For comparison, Sun Valley, Idaho, which is similarly remote and known for its lack of crowds, has a population of 2,500 (including the town of Ketchum), around 425,000 winter visitors on average, and an uphill capacity of 29,717 skiers per hour. And Jackson Hole, which is home to a destination airport and does endure crowding on holidays, has a population around 11,000, more than 1 million winter visits, and an uphill capacity of 17,833 skiers per hour.
OK, enough numbers. More skiing.
As we ascend Red’s Motherlode chair, the possibilities of this throwback resort begin to crystalize: Untracked lines abound, in the walls of forest rising around us and even in the show-off zone beneath the chair, where the resident junior freestyle team sends aerials off every available feature.
A local steers Kai and I to a sequence of memorable runs—the north-facing woods of Booties, the steeps of Coolers, and the plunging fall line of Needles—some of which we return to multiple times and find only our prior tracks.
Lift lines?

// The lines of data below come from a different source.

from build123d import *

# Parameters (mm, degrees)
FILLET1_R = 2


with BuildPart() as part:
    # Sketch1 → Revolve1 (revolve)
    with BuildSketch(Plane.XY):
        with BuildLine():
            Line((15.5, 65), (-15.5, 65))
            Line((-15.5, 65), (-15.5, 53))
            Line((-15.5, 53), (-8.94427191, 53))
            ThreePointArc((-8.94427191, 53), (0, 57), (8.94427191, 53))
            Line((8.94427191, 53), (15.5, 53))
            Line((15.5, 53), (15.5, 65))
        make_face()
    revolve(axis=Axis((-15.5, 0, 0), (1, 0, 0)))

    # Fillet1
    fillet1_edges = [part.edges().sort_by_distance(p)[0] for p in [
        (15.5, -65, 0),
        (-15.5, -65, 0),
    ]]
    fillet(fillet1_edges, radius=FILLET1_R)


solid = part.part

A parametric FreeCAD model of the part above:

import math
import FreeCAD as App
import Part
import Sketcher

V = App.Vector


def edges_at(feature, points):
    """Names of the edges that pass closest to the given points."""
    edges = feature.Shape.Edges
    near = lambda p: min(range(len(edges)), key=lambda i: edges[i].distToShape(Part.Vertex(*p))[0])
    return sorted({f"Edge{near(p) + 1}" for p in points})

doc = App.newDocument("Part")
params = doc.addObject("Spreadsheet::Sheet", "Params")
for row, (alias, value) in enumerate([
    ("sketch1_radius", "12 mm"),
    ("sketch1_width", "31 mm"),
    ("sketch1_height", "12 mm"),
    ("revolution_angle", "360 deg"),
    ("fillet_radius", "2 mm"),
], start=1):
    params.set(f"A{row}", alias)
    params.set(f"B{row}", "=" + value)
    params.setAlias(f"B{row}", alias)

body = doc.addObject("PartDesign::Body", "Body")

# Sketch on XY plane
sketch1 = doc.addObject("Sketcher::SketchObject", "Sketch")
body.addObject(sketch1)
sketch1.AttachmentSupport = (doc.XY_Plane, [""])
sketch1.MapMode = "FlatFace"
sketch1.addGeometry([
    Part.LineSegment(V(16, 65, 0), V(-16, 65, 0)),  # 0
    Part.LineSegment(V(-16, 65, 0), V(-16, 53, 0)),  # 1
    Part.LineSegment(V(-16, 53, 0), V(-9, 53, 0)),  # 2
    Part.ArcOfCircle(Part.Circle(V(0, 45, 0), V(0, 0, 1), 12), math.radians(42), math.radians(138)),  # 3
    Part.LineSegment(V(9, 53, 0), V(16, 53, 0)),  # 4
    Part.LineSegment(V(16, 53, 0), V(16, 65, 0)),  # 5
], False)
sketch1.addConstraint([
    Sketcher.Constraint("Coincident", 0, 2, 1, 1),
    Sketcher.Constraint("Coincident", 1, 2, 2, 1),
    Sketcher.Constraint("Coincident", 2, 2, 3, 2),
    Sketcher.Constraint("Coincident", 3, 1, 4, 1),
    Sketcher.Constraint("Coincident", 4, 2, 5, 1),
    Sketcher.Constraint("Coincident", 5, 2, 0, 1),
    Sketcher.Constraint("Horizontal", 0),
    Sketcher.Constraint("Vertical", 1),
    Sketcher.Constraint("Horizontal", 2),
    Sketcher.Constraint("Horizontal", 4),
    Sketcher.Constraint("Vertical", 5),
    Sketcher.Constraint("Symmetric", 2, 2, 3, 1, -2),
    Sketcher.Constraint("Equal", 2, 4),
    Sketcher.Constraint("Radius", 3, 12.0),
    Sketcher.Constraint("DistanceX", 0, 2, 0, 1, 31.0),
    Sketcher.Constraint("DistanceY", 1, 2, 1, 1, 12.0),
    Sketcher.Constraint("DistanceY", -1, 1, 3, 3, 45.0),
    Sketcher.Constraint("DistanceY", -1, 1, 0, 2, 65.0),
])
sketch1.setExpression("Constraints[13]", "Params.sketch1_radius")
sketch1.setExpression("Constraints[14]", "Params.sketch1_width")
sketch1.setExpression("Constraints[15]", "Params.sketch1_height")
revolution = doc.addObject("PartDesign::Revolution", "Revolution")
body.addObject(revolution)
revolution.Profile = sketch1
revolution.ReferenceAxis = (sketch1, ["H_Axis"])
revolution.setExpression("Angle", "Params.revolution_angle")
doc.recompute()

fillet = doc.addObject("PartDesign::Fillet", "Fillet")
body.addObject(fillet)
fillet.Base = (revolution, edges_at(revolution, [(15.5, -65, 0), (-15.5, -65, 0)]))
fillet.setExpression("Radius", "Params.fillet_radius")

doc.recompute()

None more than eight minutes.
We feel so fortunate that Kai and I decide to push our luck.
“You guys scored today; this is the first time we’ve skied this zone all season,” our guide Kauri Howell says on Sunday morning as we stand in brilliant sunshine atop a 7,000-foot mountain with feathery, boot-high powder beneath our skis and the snowcat that delivered us here trundling back down the ridge.

We’d snagged spots for a day with Big Red Cats only 18 hours prior when we walked into their office at Red’s base to inquire. (“Super lucky on a holiday,” says Lauren Mask of Big Red Cats. But, she adds, “We account for walk-ins and we try to get everyone skiing.”) It’s worth noting here that Big Red Cats are independent from Red Mountain’s Mt. Kirkup pay-per-run in-bounds cat skiing, which wasn’t operating during our visit.

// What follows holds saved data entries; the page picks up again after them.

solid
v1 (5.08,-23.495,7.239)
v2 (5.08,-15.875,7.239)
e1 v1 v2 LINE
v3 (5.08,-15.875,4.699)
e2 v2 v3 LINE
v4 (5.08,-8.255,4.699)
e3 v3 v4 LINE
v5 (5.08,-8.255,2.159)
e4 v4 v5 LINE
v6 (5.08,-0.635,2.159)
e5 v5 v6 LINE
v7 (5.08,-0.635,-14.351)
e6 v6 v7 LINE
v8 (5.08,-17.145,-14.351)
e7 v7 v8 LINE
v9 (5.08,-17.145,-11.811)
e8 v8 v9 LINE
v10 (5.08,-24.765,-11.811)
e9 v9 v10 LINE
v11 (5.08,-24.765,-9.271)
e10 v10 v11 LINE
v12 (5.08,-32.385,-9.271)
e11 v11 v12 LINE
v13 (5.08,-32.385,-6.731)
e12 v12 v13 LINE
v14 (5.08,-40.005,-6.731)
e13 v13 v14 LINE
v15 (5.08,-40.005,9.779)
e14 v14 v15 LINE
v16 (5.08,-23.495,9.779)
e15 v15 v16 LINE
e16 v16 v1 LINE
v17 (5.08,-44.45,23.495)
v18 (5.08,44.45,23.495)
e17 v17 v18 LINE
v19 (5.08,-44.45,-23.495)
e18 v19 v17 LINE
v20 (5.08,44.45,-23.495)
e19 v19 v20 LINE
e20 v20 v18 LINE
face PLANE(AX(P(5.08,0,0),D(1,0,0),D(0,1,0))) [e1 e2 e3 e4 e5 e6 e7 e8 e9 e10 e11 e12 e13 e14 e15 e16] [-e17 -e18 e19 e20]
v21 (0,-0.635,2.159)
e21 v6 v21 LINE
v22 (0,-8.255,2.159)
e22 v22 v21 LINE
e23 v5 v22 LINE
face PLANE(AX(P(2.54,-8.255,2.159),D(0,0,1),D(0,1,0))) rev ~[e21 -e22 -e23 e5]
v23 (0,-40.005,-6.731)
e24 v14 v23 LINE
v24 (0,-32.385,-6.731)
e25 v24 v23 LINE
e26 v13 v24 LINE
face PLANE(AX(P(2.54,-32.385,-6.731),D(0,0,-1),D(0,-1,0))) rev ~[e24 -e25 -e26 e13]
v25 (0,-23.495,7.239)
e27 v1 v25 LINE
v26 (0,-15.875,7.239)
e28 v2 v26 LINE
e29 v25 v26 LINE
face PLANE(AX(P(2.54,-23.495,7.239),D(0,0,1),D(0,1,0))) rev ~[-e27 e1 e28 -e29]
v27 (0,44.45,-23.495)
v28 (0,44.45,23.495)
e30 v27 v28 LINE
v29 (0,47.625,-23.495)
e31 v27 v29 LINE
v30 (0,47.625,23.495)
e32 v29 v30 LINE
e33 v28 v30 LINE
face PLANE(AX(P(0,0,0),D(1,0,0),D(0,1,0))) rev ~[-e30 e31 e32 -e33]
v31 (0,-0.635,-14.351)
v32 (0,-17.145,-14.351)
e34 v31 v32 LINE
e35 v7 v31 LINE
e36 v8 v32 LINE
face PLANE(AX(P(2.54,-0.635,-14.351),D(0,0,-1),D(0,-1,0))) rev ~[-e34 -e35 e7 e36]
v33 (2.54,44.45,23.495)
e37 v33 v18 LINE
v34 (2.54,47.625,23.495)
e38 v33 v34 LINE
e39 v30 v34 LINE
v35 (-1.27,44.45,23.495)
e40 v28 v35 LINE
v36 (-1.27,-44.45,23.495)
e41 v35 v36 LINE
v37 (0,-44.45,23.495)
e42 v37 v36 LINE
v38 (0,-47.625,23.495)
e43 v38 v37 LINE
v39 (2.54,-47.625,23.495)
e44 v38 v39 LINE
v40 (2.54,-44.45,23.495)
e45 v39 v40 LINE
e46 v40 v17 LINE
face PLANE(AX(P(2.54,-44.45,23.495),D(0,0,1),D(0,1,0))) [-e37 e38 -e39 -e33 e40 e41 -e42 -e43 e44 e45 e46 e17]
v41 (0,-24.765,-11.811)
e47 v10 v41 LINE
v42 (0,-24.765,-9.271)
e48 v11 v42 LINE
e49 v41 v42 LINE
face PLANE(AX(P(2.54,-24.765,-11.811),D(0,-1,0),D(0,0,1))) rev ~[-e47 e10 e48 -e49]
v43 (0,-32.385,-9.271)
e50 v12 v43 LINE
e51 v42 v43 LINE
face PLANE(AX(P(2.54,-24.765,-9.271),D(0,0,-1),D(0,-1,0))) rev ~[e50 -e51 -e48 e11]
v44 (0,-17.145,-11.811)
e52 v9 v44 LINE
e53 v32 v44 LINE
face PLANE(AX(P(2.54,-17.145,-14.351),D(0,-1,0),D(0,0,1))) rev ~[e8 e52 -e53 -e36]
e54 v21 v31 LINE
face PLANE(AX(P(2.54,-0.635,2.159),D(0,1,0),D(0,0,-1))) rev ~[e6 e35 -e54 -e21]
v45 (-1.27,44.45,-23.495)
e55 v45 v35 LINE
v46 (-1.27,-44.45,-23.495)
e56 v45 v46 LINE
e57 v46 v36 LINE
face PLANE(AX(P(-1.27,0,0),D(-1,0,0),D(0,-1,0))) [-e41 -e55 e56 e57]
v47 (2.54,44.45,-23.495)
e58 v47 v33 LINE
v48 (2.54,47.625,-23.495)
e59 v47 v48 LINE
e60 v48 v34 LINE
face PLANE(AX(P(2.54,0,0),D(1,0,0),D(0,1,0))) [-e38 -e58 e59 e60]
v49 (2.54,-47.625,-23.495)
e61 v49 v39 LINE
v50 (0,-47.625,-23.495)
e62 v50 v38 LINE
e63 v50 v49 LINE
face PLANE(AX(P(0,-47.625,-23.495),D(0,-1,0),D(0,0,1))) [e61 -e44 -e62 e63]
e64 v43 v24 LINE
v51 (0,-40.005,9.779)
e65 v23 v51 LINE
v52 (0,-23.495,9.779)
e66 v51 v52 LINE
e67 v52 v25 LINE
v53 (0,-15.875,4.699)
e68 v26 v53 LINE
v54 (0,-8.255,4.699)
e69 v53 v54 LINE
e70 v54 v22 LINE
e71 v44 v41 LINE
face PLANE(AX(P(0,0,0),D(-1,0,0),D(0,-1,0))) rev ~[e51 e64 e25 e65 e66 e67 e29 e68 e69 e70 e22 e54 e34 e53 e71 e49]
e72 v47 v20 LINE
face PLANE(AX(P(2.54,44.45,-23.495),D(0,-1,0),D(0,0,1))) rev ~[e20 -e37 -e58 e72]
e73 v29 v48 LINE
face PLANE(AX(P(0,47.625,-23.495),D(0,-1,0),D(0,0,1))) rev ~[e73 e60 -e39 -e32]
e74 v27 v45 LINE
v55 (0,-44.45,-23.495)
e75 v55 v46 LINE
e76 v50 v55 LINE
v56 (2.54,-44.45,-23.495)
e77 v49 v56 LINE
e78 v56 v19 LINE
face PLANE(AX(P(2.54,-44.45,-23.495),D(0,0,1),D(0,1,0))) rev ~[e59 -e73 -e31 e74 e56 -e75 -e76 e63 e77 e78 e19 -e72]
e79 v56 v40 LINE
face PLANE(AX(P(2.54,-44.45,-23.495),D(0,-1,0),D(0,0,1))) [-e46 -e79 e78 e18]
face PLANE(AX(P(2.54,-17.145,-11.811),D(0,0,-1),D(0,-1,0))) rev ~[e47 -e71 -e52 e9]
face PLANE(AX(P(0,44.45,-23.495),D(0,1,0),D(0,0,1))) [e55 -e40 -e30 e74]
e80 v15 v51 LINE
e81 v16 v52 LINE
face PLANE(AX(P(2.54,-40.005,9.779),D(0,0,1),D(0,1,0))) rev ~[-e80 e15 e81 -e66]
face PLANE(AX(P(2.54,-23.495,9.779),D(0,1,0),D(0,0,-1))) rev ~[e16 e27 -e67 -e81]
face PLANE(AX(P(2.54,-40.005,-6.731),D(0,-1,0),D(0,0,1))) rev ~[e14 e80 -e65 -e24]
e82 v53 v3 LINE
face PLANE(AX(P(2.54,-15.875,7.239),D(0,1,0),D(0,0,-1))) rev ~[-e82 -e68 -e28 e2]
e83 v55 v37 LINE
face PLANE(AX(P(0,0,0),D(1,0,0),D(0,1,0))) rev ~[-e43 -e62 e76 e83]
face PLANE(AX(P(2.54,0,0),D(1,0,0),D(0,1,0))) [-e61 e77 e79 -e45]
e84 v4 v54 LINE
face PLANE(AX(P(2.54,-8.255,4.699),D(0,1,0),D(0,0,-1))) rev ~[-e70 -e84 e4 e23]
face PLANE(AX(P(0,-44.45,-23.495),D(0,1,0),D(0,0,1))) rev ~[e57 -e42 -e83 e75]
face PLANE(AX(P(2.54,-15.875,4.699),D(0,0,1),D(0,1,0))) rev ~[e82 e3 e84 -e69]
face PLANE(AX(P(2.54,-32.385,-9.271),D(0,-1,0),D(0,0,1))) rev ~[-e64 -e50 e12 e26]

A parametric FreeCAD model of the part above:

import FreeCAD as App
import Part
import Sketcher

V = App.Vector
Q = App.Units.Quantity


def add_polygon(sketch, points):
    """Adds a closed chain of lines whose ends are joined by coincident constraints."""
    first, n = sketch.GeometryCount, len(points)
    for a, b in zip(points, points[1:] + points[:1]):
        sketch.addGeometry(Part.LineSegment(App.Vector(*a, 0), App.Vector(*b, 0)), False)
    for i in range(n):
        sketch.addConstraint(Sketcher.Constraint("Coincident", first + i, 2, first + (i + 1) % n, 1))

doc = App.newDocument("Part")
body = doc.addObject("PartDesign::Body", "Body")

sketch1 = doc.addObject("Sketcher::SketchObject", "Sketch")
body.addObject(sketch1)
sketch1.AttachmentSupport = (doc.YZ_Plane, [""])
sketch1.MapMode = "FlatFace"
add_polygon(sketch1, [(-47.6, 23.5), (-47.6, -23.5), (47.6, -23.5), (47.6, 23.5)])
add_polygon(sketch1, [(-8.3, 2.2), (-0.6, 2.2), (-0.6, -14.4), (-17.1, -14.4), (-17.1, -11.8), (-24.8, -11.8), (-24.8, -9.3), (-32.4, -9.3), (-32.4, -6.7), (-40, -6.7), (-40, 9.8), (-23.5, 9.8), (-23.5, 7.2), (-15.9, 7.2), (-15.9, 4.7), (-8.3, 4.7)])
sketch1.addConstraint(Sketcher.Constraint("Vertical", 0))
sketch1.addConstraint(Sketcher.Constraint("Horizontal", 1))
sketch1.addConstraint(Sketcher.Constraint("Vertical", 2))
sketch1.addConstraint(Sketcher.Constraint("Horizontal", 3))
sketch1.addConstraint(Sketcher.Constraint("Horizontal", 4))
sketch1.addConstraint(Sketcher.Constraint("Vertical", 5))
sketch1.addConstraint(Sketcher.Constraint("Horizontal", 6))
sketch1.addConstraint(Sketcher.Constraint("Vertical", 7))
sketch1.addConstraint(Sketcher.Constraint("Horizontal", 8))
sketch1.addConstraint(Sketcher.Constraint("Vertical", 9))
sketch1.addConstraint(Sketcher.Constraint("Horizontal", 10))
sketch1.addConstraint(Sketcher.Constraint("Vertical", 11))
sketch1.addConstraint(Sketcher.Constraint("Horizontal", 12))
sketch1.addConstraint(Sketcher.Constraint("Vertical", 13))
sketch1.addConstraint(Sketcher.Constraint("Horizontal", 14))
sketch1.addConstraint(Sketcher.Constraint("Vertical", 15))
sketch1.addConstraint(Sketcher.Constraint("Horizontal", 16))
sketch1.addConstraint(Sketcher.Constraint("Vertical", 17))
sketch1.addConstraint(Sketcher.Constraint("Horizontal", 18))
sketch1.addConstraint(Sketcher.Constraint("Vertical", 19))
sketch1.addConstraint(Sketcher.Constraint("Symmetric", 0, 2, 2, 2, -1, 1))
sketch1.addConstraint(Sketcher.Constraint("Equal", 4, 8))
sketch1.addConstraint(Sketcher.Constraint("Equal", 8, 10))
sketch1.addConstraint(Sketcher.Constraint("Equal", 10, 12))
sketch1.addConstraint(Sketcher.Constraint("Equal", 6, 14))
sketch1.addConstraint(Sketcher.Constraint("Equal", 12, 16))
sketch1.addConstraint(Sketcher.Constraint("Equal", 14, 5))
sketch1.addConstraint(Sketcher.Constraint("Equal", 7, 9))
sketch1.addConstraint(Sketcher.Constraint("Equal", 9, 11))
sketch1.addConstraint(Sketcher.Constraint("Equal", 5, 13))
sketch1.addConstraint(Sketcher.Constraint("Equal", 11, 15))
sketch1.addConstraint(Sketcher.Constraint("Equal", 15, 17))
sketch1.addConstraint(Sketcher.Constraint("DistanceX", 4, 1, 4, 2, Q("0.3 in")))
sketch1.addConstraint(Sketcher.Constraint("DistanceY", 7, 1, 7, 2, Q("0.1 in")))
sketch1.addConstraint(Sketcher.Constraint("DistanceX", 1, 1, 1, 2, Q("3.75 in")))
sketch1.addConstraint(Sketcher.Constraint("DistanceX", 6, 2, 6, 1, Q("0.65 in")))
sketch1.addConstraint(Sketcher.Constraint("DistanceY", 0, 2, 0, 1, Q("1.85 in")))
sketch1.addConstraint(Sketcher.Constraint("DistanceX", 4, 2, 2, 2, Q("1.9 in")))
sketch1.addConstraint(Sketcher.Constraint("DistanceY", 4, 2, 3, 2, Q("0.84 in")))
pad1 = doc.addObject("PartDesign::Pad", "Pad")
body.addObject(pad1)
pad1.Profile = sketch1
pad1.Length = Q("0.1 in")

sketch2 = doc.addObject("Sketcher::SketchObject", "Sketch001")
body.addObject(sketch2)
sketch2.AttachmentSupport = (doc.YZ_Plane, [""])
sketch2.MapMode = "FlatFace"
add_polygon(sketch2, [(44, 23), (44, -23), (-44, -23), (-44, 23)])
sketch2.addConstraint(Sketcher.Constraint("Vertical", 0))
sketch2.addConstraint(Sketcher.Constraint("Horizontal", 1))
sketch2.addConstraint(Sketcher.Constraint("Vertical", 2))
sketch2.addConstraint(Sketcher.Constraint("Horizontal", 3))
sketch2.addConstraint(Sketcher.Constraint("Symmetric", 0, 2, 2, 2, -1, 1))
sketch2.addConstraint(Sketcher.Constraint("DistanceX", 1, 2, 1, 1, Q("3.5 in")))
sketch2.addConstraint(Sketcher.Constraint("DistanceY", 0, 2, 0, 1, Q("1.85 in")))
pad2 = doc.addObject("PartDesign::Pad", "Pad001")
body.addObject(pad2)
pad2.Profile = sketch2
pad2.Length = Q("0.05 in")
pad2.Reversed = True

sketch3 = doc.addObject("Sketcher::SketchObject", "Sketch002")
body.addObject(sketch3)
sketch3.AttachmentSupport = (doc.YZ_Plane, [""])
sketch3.MapMode = "FlatFace"
sketch3.AttachmentOffset = App.Placement(V(0, 0, 0.1 * 25.4), App.Rotation())
add_polygon(sketch3, [(-44.5, 23.5), (-44.5, -23.5), (44.5, -23.5), (44.5, 23.5)])
add_polygon(sketch3, [(-15.9, 7.2), (-15.9, 4.7), (-8.3, 4.7), (-8.3, 2.2), (-0.6, 2.2), (-0.6, -14.4), (-17.1, -14.4), (-17.1, -11.8), (-24.8, -11.8), (-24.8, -9.3), (-32.4, -9.3), (-32.4, -6.7), (-40, -6.7), (-40, 9.8), (-23.5, 9.8), (-23.5, 7.2)])
sketch3.addConstraint(Sketcher.Constraint("Vertical", 0))
sketch3.addConstraint(Sketcher.Constraint("Horizontal", 1))
sketch3.addConstraint(Sketcher.Constraint("Vertical", 2))
sketch3.addConstraint(Sketcher.Constraint("Horizontal", 3))
sketch3.addConstraint(Sketcher.Constraint("Vertical", 4))
sketch3.addConstraint(Sketcher.Constraint("Horizontal", 5))
sketch3.addConstraint(Sketcher.Constraint("Vertical", 6))
sketch3.addConstraint(Sketcher.Constraint("Horizontal", 7))
sketch3.addConstraint(Sketcher.Constraint("Vertical", 8))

We’re slotted in with two groups of snowboarders—from French Canada and Southern California—and a couple from the Bay Area and, by the end of our final run of sun-sparkled, buttery turns through a Christmas tree glade, we’re hugging each other, sharing beers, and vowing to stay in touch for life. Yeah, it was that good.
On our final day at the resort, with a new storm in full, inch-an-hour fury, the skier-dad dream comes true: Christina tires of groomers and announces she wants to ski in the trees. We spend four hours lapping glades off the Paradise lift, with each of us finding lines to suit our ambitions and barely enough time in the lift line to agree on who will ride up with whom on the triple chair.
I’d suspect this magic will last, even as new resort president Mark Shroetel oversees a significant base-area real estate development and is considering adding more lifts soon.
But for now, the only thing that tested my sanity at Red was heading home, knowing there was still powder to be had.